Input material:
▼

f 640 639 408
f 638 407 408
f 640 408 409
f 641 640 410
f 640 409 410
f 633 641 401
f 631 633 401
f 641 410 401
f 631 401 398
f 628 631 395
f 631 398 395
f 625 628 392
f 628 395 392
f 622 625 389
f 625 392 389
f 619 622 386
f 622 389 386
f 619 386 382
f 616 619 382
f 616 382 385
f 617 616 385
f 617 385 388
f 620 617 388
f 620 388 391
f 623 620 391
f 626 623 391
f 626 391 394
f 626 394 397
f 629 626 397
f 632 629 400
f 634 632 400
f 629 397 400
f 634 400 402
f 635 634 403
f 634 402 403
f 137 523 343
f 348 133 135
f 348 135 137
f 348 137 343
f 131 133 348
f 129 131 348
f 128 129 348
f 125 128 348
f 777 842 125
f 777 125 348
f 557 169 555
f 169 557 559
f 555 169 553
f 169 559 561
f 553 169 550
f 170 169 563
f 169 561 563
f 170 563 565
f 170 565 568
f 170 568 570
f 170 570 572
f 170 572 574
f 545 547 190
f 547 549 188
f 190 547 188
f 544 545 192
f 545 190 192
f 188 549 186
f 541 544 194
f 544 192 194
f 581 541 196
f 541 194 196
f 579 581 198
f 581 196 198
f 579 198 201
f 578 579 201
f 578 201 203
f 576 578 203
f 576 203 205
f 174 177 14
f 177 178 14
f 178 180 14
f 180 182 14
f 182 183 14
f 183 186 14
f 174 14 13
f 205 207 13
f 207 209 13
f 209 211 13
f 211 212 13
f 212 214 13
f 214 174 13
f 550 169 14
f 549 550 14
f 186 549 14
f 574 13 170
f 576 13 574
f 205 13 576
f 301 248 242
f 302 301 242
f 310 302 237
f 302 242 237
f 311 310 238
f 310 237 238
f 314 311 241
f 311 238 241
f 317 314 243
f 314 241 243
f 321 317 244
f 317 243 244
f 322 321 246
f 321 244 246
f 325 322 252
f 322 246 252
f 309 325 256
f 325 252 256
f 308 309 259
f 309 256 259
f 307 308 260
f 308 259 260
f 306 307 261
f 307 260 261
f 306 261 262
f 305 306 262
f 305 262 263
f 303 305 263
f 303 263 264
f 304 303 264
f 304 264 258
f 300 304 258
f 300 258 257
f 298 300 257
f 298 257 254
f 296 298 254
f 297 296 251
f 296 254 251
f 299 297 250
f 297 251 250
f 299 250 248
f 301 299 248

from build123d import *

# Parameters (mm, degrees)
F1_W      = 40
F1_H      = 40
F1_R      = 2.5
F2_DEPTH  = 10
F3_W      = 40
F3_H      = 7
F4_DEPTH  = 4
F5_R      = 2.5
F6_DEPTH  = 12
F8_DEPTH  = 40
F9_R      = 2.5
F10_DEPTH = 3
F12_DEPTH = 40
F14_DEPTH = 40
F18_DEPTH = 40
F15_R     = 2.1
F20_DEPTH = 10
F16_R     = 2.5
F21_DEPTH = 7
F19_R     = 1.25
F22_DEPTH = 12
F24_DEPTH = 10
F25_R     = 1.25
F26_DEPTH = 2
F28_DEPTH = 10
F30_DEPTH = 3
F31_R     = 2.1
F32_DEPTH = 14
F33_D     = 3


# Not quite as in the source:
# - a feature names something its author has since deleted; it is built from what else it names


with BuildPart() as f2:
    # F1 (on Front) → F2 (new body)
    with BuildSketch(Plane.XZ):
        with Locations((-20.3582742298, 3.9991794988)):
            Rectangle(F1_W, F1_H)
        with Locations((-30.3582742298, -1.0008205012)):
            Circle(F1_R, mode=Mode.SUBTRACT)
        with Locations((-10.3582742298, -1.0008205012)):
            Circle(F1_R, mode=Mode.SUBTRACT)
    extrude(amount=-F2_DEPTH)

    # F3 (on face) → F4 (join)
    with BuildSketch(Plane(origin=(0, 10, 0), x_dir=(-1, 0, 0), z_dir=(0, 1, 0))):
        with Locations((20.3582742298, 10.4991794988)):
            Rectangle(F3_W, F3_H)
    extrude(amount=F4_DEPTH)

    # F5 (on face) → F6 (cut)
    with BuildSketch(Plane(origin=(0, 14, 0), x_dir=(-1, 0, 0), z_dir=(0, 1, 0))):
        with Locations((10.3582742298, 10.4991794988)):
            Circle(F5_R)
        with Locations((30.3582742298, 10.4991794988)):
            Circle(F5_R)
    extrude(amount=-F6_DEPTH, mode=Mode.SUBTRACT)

▲
▼

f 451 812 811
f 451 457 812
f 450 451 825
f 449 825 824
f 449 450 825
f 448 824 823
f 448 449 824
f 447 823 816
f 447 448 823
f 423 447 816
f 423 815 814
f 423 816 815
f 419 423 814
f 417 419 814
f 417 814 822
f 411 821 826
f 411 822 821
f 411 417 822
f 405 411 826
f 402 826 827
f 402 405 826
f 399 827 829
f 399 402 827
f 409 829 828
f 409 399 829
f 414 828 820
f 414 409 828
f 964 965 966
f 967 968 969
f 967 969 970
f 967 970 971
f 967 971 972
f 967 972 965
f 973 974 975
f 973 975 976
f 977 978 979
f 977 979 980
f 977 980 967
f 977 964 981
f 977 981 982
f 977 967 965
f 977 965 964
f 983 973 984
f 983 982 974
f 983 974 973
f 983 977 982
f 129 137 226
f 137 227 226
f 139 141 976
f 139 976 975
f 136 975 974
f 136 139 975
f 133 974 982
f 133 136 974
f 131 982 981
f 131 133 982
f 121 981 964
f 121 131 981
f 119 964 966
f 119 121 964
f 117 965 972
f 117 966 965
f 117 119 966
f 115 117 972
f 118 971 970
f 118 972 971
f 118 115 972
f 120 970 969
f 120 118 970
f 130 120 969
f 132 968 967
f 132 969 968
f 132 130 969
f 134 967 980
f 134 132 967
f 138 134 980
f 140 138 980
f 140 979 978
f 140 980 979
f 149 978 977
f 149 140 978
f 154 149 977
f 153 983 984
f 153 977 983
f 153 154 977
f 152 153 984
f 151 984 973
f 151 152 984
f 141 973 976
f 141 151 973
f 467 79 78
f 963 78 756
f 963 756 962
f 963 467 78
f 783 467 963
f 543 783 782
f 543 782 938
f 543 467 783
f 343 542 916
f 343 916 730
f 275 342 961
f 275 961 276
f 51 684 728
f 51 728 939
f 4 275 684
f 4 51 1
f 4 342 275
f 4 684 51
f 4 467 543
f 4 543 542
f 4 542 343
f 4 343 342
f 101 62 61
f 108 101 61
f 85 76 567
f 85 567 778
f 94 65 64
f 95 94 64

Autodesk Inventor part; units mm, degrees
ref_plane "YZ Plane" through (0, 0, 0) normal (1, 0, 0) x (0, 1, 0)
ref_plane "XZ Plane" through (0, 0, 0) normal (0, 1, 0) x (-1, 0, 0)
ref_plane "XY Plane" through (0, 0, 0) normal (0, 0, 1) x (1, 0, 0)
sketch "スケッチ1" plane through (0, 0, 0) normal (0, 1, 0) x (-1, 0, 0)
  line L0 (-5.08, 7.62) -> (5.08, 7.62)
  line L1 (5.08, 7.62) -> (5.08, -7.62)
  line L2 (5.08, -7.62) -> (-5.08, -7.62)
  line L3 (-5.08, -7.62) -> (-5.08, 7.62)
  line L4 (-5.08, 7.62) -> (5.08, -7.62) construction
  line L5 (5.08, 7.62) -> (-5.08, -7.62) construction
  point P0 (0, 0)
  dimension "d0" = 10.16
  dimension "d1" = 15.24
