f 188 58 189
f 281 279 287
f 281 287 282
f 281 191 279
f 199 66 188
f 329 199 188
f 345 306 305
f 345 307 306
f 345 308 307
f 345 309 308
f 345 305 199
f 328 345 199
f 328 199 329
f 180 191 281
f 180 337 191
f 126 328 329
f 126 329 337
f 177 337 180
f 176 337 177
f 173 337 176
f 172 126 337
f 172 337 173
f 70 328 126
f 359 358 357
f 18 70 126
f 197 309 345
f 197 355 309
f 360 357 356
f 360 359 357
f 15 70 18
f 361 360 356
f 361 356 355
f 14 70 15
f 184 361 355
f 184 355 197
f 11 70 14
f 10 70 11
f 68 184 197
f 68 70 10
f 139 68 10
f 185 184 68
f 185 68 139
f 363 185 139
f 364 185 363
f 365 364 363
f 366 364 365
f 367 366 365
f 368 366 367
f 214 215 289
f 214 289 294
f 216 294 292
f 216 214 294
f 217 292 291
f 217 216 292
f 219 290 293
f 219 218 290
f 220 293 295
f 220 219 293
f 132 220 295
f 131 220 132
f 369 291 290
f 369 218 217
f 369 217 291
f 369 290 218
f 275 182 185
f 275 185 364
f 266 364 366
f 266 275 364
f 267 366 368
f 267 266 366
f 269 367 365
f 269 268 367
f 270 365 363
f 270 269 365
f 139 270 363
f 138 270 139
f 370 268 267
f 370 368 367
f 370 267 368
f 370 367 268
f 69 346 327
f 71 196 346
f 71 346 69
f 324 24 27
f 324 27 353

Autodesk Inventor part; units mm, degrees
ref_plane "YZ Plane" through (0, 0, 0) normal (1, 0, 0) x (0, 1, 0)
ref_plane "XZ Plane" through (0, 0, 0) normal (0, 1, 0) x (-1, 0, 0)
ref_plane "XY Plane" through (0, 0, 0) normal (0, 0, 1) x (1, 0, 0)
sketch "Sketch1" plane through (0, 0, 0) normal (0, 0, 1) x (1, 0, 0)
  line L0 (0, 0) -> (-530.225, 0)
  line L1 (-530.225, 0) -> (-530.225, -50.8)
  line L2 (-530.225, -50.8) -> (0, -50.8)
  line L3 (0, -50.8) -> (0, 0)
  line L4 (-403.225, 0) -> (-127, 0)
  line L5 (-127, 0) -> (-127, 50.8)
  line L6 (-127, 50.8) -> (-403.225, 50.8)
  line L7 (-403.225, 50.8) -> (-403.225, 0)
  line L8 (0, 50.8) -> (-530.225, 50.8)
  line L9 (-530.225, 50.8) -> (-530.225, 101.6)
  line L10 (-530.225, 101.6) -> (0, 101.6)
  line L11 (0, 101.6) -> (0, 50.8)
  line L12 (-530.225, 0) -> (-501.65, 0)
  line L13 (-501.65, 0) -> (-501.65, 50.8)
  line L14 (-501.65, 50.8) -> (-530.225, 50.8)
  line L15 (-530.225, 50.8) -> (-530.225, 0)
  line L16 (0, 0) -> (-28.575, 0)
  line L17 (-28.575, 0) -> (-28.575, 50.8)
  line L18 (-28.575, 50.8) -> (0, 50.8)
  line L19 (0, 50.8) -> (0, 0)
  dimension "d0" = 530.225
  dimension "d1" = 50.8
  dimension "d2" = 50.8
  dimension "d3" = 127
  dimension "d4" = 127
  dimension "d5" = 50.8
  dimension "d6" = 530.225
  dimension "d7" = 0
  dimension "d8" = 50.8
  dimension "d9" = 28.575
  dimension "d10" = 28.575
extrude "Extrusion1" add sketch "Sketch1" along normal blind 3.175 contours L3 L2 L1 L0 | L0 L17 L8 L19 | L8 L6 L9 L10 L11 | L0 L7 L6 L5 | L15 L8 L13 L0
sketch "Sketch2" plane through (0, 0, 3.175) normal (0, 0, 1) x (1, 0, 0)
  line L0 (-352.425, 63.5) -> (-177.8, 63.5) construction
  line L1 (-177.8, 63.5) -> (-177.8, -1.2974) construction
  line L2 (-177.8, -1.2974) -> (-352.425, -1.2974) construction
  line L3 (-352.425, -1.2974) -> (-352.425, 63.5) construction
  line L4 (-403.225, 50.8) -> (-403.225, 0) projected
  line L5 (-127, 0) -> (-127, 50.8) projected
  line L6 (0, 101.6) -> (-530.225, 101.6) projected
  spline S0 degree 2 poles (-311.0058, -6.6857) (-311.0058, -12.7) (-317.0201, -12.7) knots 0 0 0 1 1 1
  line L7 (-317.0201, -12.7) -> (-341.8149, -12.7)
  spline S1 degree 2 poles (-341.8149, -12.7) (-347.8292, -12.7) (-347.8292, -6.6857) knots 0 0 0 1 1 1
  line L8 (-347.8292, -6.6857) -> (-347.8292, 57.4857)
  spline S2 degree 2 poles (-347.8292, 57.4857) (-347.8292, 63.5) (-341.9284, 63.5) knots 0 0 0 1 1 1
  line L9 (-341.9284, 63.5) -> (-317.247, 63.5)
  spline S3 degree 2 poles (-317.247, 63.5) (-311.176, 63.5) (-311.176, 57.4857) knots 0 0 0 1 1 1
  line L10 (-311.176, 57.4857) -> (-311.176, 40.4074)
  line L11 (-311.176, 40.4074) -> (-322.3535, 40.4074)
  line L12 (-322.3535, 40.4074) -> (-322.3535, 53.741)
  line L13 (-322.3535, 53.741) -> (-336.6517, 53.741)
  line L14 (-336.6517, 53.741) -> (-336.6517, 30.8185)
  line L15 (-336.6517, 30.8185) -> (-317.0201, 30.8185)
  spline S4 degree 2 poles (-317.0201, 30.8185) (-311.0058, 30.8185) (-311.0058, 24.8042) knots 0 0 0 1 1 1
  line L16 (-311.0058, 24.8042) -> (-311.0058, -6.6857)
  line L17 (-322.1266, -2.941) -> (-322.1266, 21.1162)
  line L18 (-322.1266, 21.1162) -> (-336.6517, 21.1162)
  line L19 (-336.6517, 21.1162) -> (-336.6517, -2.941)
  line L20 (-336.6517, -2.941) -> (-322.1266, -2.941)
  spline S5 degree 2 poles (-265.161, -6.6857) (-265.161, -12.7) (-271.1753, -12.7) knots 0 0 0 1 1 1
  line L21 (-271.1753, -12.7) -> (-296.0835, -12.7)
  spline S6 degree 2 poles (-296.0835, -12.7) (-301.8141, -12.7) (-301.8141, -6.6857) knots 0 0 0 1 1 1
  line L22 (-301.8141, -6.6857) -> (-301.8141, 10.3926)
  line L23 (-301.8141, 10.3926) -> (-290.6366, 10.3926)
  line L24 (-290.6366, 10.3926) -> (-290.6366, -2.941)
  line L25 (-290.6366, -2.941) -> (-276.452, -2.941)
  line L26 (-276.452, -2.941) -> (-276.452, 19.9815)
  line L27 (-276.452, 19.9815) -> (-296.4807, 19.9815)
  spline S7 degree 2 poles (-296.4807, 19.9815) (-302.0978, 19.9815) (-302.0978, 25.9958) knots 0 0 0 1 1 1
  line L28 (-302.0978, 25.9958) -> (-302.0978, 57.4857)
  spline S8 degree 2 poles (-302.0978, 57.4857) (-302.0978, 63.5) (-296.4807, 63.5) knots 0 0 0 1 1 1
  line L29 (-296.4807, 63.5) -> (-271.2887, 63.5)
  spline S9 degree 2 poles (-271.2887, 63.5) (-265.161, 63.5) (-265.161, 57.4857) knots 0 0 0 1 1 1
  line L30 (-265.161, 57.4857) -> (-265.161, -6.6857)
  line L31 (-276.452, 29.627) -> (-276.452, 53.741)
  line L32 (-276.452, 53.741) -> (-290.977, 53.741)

▲

What the task asks: The required output is the stretch of entries above from the line containing "line L22 (-301.8141, -6.6857)" through the line containing "spline S9 degree", reproduced exactly.

Exercise answer:
  line L22 (-301.8141, -6.6857) -> (-301.8141, 10.3926)
  line L23 (-301.8141, 10.3926) -> (-290.6366, 10.3926)
  line L24 (-290.6366, 10.3926) -> (-290.6366, -2.941)
  line L25 (-290.6366, -2.941) -> (-276.452, -2.941)
  line L26 (-276.452, -2.941) -> (-276.452, 19.9815)
  line L27 (-276.452, 19.9815) -> (-296.4807, 19.9815)
  spline S7 degree 2 poles (-296.4807, 19.9815) (-302.0978, 19.9815) (-302.0978, 25.9958) knots 0 0 0 1 1 1
  line L28 (-302.0978, 25.9958) -> (-302.0978, 57.4857)
  spline S8 degree 2 poles (-302.0978, 57.4857) (-302.0978, 63.5) (-296.4807, 63.5) knots 0 0 0 1 1 1
  line L29 (-296.4807, 63.5) -> (-271.2887, 63.5)
  spline S9 degree 2 poles (-271.2887, 63.5) (-265.161, 63.5) (-265.161, 57.4857) knots 0 0 0 1 1 1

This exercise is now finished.